All of the entries need to be set down exactly as they read.
_____
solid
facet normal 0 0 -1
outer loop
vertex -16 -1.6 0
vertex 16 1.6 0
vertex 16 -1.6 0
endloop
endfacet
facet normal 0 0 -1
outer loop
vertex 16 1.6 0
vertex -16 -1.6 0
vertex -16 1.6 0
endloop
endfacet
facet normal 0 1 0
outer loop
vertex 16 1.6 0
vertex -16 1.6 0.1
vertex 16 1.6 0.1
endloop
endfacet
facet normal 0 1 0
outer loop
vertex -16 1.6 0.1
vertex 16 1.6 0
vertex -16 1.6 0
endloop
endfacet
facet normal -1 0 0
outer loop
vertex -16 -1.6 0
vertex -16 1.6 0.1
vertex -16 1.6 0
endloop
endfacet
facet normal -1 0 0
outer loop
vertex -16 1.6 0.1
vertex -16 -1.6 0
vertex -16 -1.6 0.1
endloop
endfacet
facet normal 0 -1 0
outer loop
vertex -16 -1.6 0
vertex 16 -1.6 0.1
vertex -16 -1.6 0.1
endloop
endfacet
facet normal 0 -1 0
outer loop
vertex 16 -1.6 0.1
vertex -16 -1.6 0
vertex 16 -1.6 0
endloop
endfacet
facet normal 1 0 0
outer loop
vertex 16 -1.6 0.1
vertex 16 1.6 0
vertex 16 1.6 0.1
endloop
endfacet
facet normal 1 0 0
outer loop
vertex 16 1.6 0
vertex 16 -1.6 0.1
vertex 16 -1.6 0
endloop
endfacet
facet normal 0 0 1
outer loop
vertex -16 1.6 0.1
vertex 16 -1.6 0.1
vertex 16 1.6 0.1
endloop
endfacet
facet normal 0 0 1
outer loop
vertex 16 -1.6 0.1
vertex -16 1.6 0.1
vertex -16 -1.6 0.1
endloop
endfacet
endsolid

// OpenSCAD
// file: ../p/box5-12.scad
use <../lib.scad>
function ldraw_lib__box5_12() = [
// 0 Box with 5 Faces without Any Edges
// 0 Name: box5-12.dat
// 0 Author: Chris Dee [cwdee]
// 0 !LDRAW_ORG Primitive UPDATE 2009-02
// 0 !LICENSE Licensed under CC BY 4.0 : see CAreadme.txt
// 
// 0 BFC CERTIFY CCW
  [0,"BFC","CERTIFY"],
  [0,"BFC","CCW"],
// 
// 0 !HISTORY 2009-09-03 [PTadmin] Official Update 2009-02
// 
// 
// 4 16 1 1 1 1 1 -1 -1 1 -1 -1 1 1
  [4,16,1,1,1,1,1,-1,-1,1,-1,-1,1,1],
// 4 16 -1 0 1 1 0 1 1 1 1 -1 1 1
  [4,16,-1,0,1,1,0,1,1,1,1,-1,1,1],
// 4 16 -1 0 -1 -1 0 1 -1 1 1 -1 1 -1
  [4,16,-1,0,-1,-1,0,1,-1,1,1,-1,1,-1],
// 4 16 1 0 -1 -1 0 -1 -1 1 -1 1 1 -1
  [4,16,1,0,-1,-1,0,-1,-1,1,-1,1,1,-1],
// 4 16 1 0 1 1 0 -1 1 1 -1 1 1 1
  [4,16,1,0,1,1,0,-1,1,1,-1,1,1,1],
// 0
];
module ldraw_lib__box5_12(step=0, col=false, unit=2/5, alt=false, line=0.2, solid=!$preview)
    makepoly(ldraw_lib__box5_12(), step=step, col=col, unit=unit, alt=alt, line=line, solid=solid);
ldraw_lib__box5_12(line=0.2);
// main file
use <../lib.scad>
use <../p/box5-12.scad>
function ldraw_lib__191485p() = [
// 0 Sticker  0.4 x  4.0 Light Blue
// 0 Name: 191485p.dat
// 0 Author: Rene Rechthaler [Blechtaler]
// 0 !LDRAW_ORG Part UPDATE 2024-01
// 0 !LICENSE Licensed under CC BY 4.0 : see CAreadme.txt
// 
// 0 !HELP PLACE ON 3037: 1 16 0 12 -22 1 0 0 0 0.7071 -0.7071 0 0.7071 0.7071 191485p.dat
// 
// 0 BFC CERTIFY CCW
  [0,"BFC","CERTIFY"],
  [0,"BFC","CCW"],
// 
// 0 !KEYWORDS Set 1554
// 
// 0 !HISTORY 2023-10-21 [Blechtaler] used MagFors color 0x237A1E8
// 0 !HISTORY 2024-01-29 [OrionP] Official Update 2024-01
// 
// 1 16 0 -.25 0 40 0 0 0 .25 0 0 0 4 box5-12.dat
  [1,16,0,-.25,0,40,0,0,0,.25,0,0,0,4, ldraw_lib__box5_12()],
// 
// 4 0x237A1E8 -40 -.25 4 -40 -.25 -4 40 -.25 -4 40 -.25 4
  [4,37200360,-40,-.25,4,-40,-.25,-4,40,-.25,-4,40,-.25,4],
];
module ldraw_lib__191485p(step=0, col=false, unit=2/5, alt=false, line=0.2, solid=!$preview)
    makepoly(ldraw_lib__191485p(), step=step, col=col, unit=unit, alt=alt, line=line, solid=solid);
ldraw_lib__191485p(line=0.2);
_____
**Solution to the problem**
solid
facet normal 0 0 -1
outer loop
vertex -16 -1.6 0
vertex 16 1.6 0
vertex 16 -1.6 0
endloop
endfacet
facet normal 0 0 -1
outer loop
vertex 16 1.6 0
vertex -16 -1.6 0
vertex -16 1.6 0
endloop
endfacet
facet normal 0 1 0
outer loop
vertex 16 1.6 0
vertex -16 1.6 0.1
vertex 16 1.6 0.1
endloop
endfacet
facet normal 0 1 0
outer loop
vertex -16 1.6 0.1
vertex 16 1.6 0
vertex -16 1.6 0
endloop
endfacet
facet normal -1 0 0
outer loop
vertex -16 -1.6 0
vertex -16 1.6 0.1
vertex -16 1.6 0
endloop
endfacet
facet normal -1 0 0
outer loop
vertex -16 1.6 0.1
vertex -16 -1.6 0
vertex -16 -1.6 0.1
endloop
endfacet
facet normal 0 -1 0
outer loop
vertex -16 -1.6 0
vertex 16 -1.6 0.1
vertex -16 -1.6 0.1
endloop
endfacet
facet normal 0 -1 0
outer loop
vertex 16 -1.6 0.1
vertex -16 -1.6 0
vertex 16 -1.6 0
endloop
endfacet
facet normal 1 0 0
outer loop
vertex 16 -1.6 0.1
vertex 16 1.6 0
vertex 16 1.6 0.1
endloop
endfacet
facet normal 1 0 0
outer loop
vertex 16 1.6 0
vertex 16 -1.6 0.1
vertex 16 -1.6 0
endloop
endfacet
facet normal 0 0 1
outer loop
vertex -16 1.6 0.1
vertex 16 -1.6 0.1
vertex 16 1.6 0.1
endloop
endfacet
facet normal 0 0 1
outer loop
vertex 16 -1.6 0.1
vertex -16 1.6 0.1
vertex -16 -1.6 0.1
endloop
endfacet
endsolid

// OpenSCAD
// file: ../p/box5-12.scad
use <../lib.scad>
function ldraw_lib__box5_12() = [
// 0 Box with 5 Faces without Any Edges
// 0 Name: box5-12.dat
// 0 Author: Chris Dee [cwdee]
// 0 !LDRAW_ORG Primitive UPDATE 2009-02
// 0 !LICENSE Licensed under CC BY 4.0 : see CAreadme.txt
// 
// 0 BFC CERTIFY CCW
  [0,"BFC","CERTIFY"],
  [0,"BFC","CCW"],
// 
// 0 !HISTORY 2009-09-03 [PTadmin] Official Update 2009-02
// 
// 
// 4 16 1 1 1 1 1 -1 -1 1 -1 -1 1 1
  [4,16,1,1,1,1,1,-1,-1,1,-1,-1,1,1],
// 4 16 -1 0 1 1 0 1 1 1 1 -1 1 1
  [4,16,-1,0,1,1,0,1,1,1,1,-1,1,1],
// 4 16 -1 0 -1 -1 0 1 -1 1 1 -1 1 -1
  [4,16,-1,0,-1,-1,0,1,-1,1,1,-1,1,-1],
// 4 16 1 0 -1 -1 0 -1 -1 1 -1 1 1 -1
  [4,16,1,0,-1,-1,0,-1,-1,1,-1,1,1,-1],
// 4 16 1 0 1 1 0 -1 1 1 -1 1 1 1
  [4,16,1,0,1,1,0,-1,1,1,-1,1,1,1],
// 0
];
module ldraw_lib__box5_12(step=0, col=false, unit=2/5, alt=false, line=0.2, solid=!$preview)
    makepoly(ldraw_lib__box5_12(), step=step, col=col, unit=unit, alt=alt, line=line, solid=solid);
ldraw_lib__box5_12(line=0.2);
// main file
use <../lib.scad>
use <../p/box5-12.scad>
function ldraw_lib__191485p() = [
// 0 Sticker  0.4 x  4.0 Light Blue
// 0 Name: 191485p.dat
// 0 Author: Rene Rechthaler [Blechtaler]
// 0 !LDRAW_ORG Part UPDATE 2024-01
// 0 !LICENSE Licensed under CC BY 4.0 : see CAreadme.txt
// 
// 0 !HELP PLACE ON 3037: 1 16 0 12 -22 1 0 0 0 0.7071 -0.7071 0 0.7071 0.7071 191485p.dat
// 
// 0 BFC CERTIFY CCW
  [0,"BFC","CERTIFY"],
  [0,"BFC","CCW"],
// 
// 0 !KEYWORDS Set 1554
// 
// 0 !HISTORY 2023-10-21 [Blechtaler] used MagFors color 0x237A1E8
// 0 !HISTORY 2024-01-29 [OrionP] Official Update 2024-01
// 
// 1 16 0 -.25 0 40 0 0 0 .25 0 0 0 4 box5-12.dat
  [1,16,0,-.25,0,40,0,0,0,.25,0,0,0,4, ldraw_lib__box5_12()],
// 
// 4 0x237A1E8 -40 -.25 4 -40 -.25 -4 40 -.25 -4 40 -.25 4
  [4,37200360,-40,-.25,4,-40,-.25,-4,40,-.25,-4,40,-.25,4],
];
module ldraw_lib__191485p(step=0, col=false, unit=2/5, alt=false, line=0.2, solid=!$preview)
    makepoly(ldraw_lib__191485p(), step=step, col=col, unit=unit, alt=alt, line=line, solid=solid);
ldraw_lib__191485p(line=0.2);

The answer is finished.